Task objective:
Copy nothing but the lines below running from the line containing "#14=VERTEX_POINT('',#13);" through the line containing "#24=CARTESIAN_POINT('',(0.,5.95,0.));", both end lines included.

(Stored dataset items)
-------------------------
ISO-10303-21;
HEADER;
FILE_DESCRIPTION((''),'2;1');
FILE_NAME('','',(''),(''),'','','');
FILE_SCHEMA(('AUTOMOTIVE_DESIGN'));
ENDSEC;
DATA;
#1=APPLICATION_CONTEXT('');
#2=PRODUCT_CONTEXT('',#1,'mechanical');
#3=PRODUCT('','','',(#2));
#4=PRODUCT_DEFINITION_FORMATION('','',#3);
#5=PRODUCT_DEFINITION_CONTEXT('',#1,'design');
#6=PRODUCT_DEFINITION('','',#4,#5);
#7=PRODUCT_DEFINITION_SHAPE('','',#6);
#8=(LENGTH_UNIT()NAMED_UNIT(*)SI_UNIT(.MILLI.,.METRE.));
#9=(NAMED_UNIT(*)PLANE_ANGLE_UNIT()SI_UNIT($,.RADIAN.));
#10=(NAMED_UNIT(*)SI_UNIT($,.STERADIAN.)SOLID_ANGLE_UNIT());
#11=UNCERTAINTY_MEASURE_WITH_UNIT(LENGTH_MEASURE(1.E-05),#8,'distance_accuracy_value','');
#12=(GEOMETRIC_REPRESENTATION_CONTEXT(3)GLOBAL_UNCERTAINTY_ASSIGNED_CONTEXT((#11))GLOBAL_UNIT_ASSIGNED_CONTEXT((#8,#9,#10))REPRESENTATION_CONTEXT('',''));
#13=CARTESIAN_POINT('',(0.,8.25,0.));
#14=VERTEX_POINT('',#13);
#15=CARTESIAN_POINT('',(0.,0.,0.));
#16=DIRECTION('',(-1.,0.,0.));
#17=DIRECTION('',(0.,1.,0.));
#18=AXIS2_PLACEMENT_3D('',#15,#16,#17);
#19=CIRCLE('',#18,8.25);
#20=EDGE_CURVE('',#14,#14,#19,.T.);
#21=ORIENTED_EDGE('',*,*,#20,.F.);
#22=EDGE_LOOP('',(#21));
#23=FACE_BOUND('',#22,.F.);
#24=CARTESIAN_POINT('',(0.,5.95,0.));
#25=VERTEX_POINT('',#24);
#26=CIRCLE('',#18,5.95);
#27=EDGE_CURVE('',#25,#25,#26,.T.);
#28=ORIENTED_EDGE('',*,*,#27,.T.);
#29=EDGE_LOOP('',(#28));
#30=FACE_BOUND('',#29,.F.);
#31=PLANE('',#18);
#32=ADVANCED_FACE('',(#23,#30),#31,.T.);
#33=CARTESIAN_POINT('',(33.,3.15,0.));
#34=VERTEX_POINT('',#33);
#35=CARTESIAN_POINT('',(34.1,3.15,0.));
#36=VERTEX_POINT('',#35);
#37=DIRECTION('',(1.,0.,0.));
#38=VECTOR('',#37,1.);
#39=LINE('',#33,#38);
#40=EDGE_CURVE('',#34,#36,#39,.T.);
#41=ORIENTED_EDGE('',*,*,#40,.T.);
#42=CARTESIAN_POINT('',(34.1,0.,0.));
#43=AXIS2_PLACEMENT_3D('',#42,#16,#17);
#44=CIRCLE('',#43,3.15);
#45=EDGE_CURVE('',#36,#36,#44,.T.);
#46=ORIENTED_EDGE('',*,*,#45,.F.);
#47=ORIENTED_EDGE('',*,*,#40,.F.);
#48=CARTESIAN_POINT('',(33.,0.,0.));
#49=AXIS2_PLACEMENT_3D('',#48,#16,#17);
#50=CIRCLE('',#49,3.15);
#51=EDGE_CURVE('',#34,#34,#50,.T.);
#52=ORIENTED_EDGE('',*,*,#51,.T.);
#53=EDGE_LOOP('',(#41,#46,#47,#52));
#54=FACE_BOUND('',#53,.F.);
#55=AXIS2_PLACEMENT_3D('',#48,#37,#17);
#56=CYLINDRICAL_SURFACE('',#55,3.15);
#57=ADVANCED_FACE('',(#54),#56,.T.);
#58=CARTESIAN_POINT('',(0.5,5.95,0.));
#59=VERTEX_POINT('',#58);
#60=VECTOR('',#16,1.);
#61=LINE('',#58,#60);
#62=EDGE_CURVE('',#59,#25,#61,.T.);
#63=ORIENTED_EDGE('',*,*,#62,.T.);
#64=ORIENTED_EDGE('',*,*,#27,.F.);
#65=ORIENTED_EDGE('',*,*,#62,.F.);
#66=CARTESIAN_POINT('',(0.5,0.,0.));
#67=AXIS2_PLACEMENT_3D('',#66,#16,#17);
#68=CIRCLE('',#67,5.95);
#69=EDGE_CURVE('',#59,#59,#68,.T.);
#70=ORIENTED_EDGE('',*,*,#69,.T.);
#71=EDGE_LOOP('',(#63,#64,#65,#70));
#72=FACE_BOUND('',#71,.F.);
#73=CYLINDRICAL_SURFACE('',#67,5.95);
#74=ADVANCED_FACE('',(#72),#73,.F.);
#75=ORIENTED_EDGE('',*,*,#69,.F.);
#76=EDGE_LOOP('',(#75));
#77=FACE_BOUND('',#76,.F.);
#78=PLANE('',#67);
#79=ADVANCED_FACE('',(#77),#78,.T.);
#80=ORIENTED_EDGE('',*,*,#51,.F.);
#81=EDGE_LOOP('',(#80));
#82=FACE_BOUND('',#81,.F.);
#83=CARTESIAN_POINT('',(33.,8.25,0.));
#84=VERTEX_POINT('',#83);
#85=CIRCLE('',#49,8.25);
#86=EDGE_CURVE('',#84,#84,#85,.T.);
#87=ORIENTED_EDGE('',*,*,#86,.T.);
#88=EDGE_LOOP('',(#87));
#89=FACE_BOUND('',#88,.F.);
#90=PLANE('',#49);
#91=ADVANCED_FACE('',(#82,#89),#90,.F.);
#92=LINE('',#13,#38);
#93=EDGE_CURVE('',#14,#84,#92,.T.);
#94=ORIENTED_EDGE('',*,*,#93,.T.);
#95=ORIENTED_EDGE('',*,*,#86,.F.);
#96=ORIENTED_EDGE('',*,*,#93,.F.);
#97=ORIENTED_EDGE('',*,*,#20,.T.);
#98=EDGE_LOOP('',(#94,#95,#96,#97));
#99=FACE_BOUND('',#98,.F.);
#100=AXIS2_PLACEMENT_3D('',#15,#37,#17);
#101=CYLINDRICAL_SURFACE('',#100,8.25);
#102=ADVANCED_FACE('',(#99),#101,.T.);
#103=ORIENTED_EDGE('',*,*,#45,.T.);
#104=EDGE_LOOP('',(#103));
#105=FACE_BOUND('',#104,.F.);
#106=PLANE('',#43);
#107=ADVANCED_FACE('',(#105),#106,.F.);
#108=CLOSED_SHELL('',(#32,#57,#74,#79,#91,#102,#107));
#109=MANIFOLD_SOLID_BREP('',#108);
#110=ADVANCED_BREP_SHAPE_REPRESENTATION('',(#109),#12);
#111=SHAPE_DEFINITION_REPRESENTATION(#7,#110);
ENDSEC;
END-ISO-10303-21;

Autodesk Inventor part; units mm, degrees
ref_plane "YZ Plane" through (0, 0, 0) normal (1, 0, 0) x (0, 1, 0)
ref_plane "XZ Plane" through (0, 0, 0) normal (0, 1, 0) x (-1, 0, 0)
ref_plane "XY Plane" through (0, 0, 0) normal (0, 0, 1) x (1, 0, 0)
sketch "スケッチ1" plane through (0, 0, 0) normal (0, 0, 1) x (1, 0, 0)
  line L0 (0.5, 0) -> (0.5, 5.95)
  line L1 (0.5, 5.95) -> (0, 5.95)
  line L2 (0, 5.95) -> (0, 8.25)
  line L3 (0, 8.25) -> (33, 8.25)
  line L4 (33, 8.25) -> (33, 3.15)
  line L5 (33, 3.15) -> (34.1, 3.15)
  line L6 (34.1, 3.15) -> (34.1, 0)
  line L7 (34.1, 0) -> (0.5, 0)
  point P0 (0, 0)
  dimension "d0" = 5.95
  dimension "d1" = 8.25
  dimension "d2" = 0.5
  dimension "d3" = 33
  dimension "d4" = 34.1
  dimension "d5" = 3.15
revolve "回転1" add sketch "スケッチ1" angle 360 about axis through (34.1, 0, 0) along (-1, 0, 0)
properties part number "CR123A"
-------------------------
Exercise result:
#14=VERTEX_POINT('',#13);
#15=CARTESIAN_POINT('',(0.,0.,0.));
#16=DIRECTION('',(-1.,0.,0.));
#17=DIRECTION('',(0.,1.,0.));
#18=AXIS2_PLACEMENT_3D('',#15,#16,#17);
#19=CIRCLE('',#18,8.25);
#20=EDGE_CURVE('',#14,#14,#19,.T.);
#21=ORIENTED_EDGE('',*,*,#20,.F.);
#22=EDGE_LOOP('',(#21));
#23=FACE_BOUND('',#22,.F.);
#24=CARTESIAN_POINT('',(0.,5.95,0.));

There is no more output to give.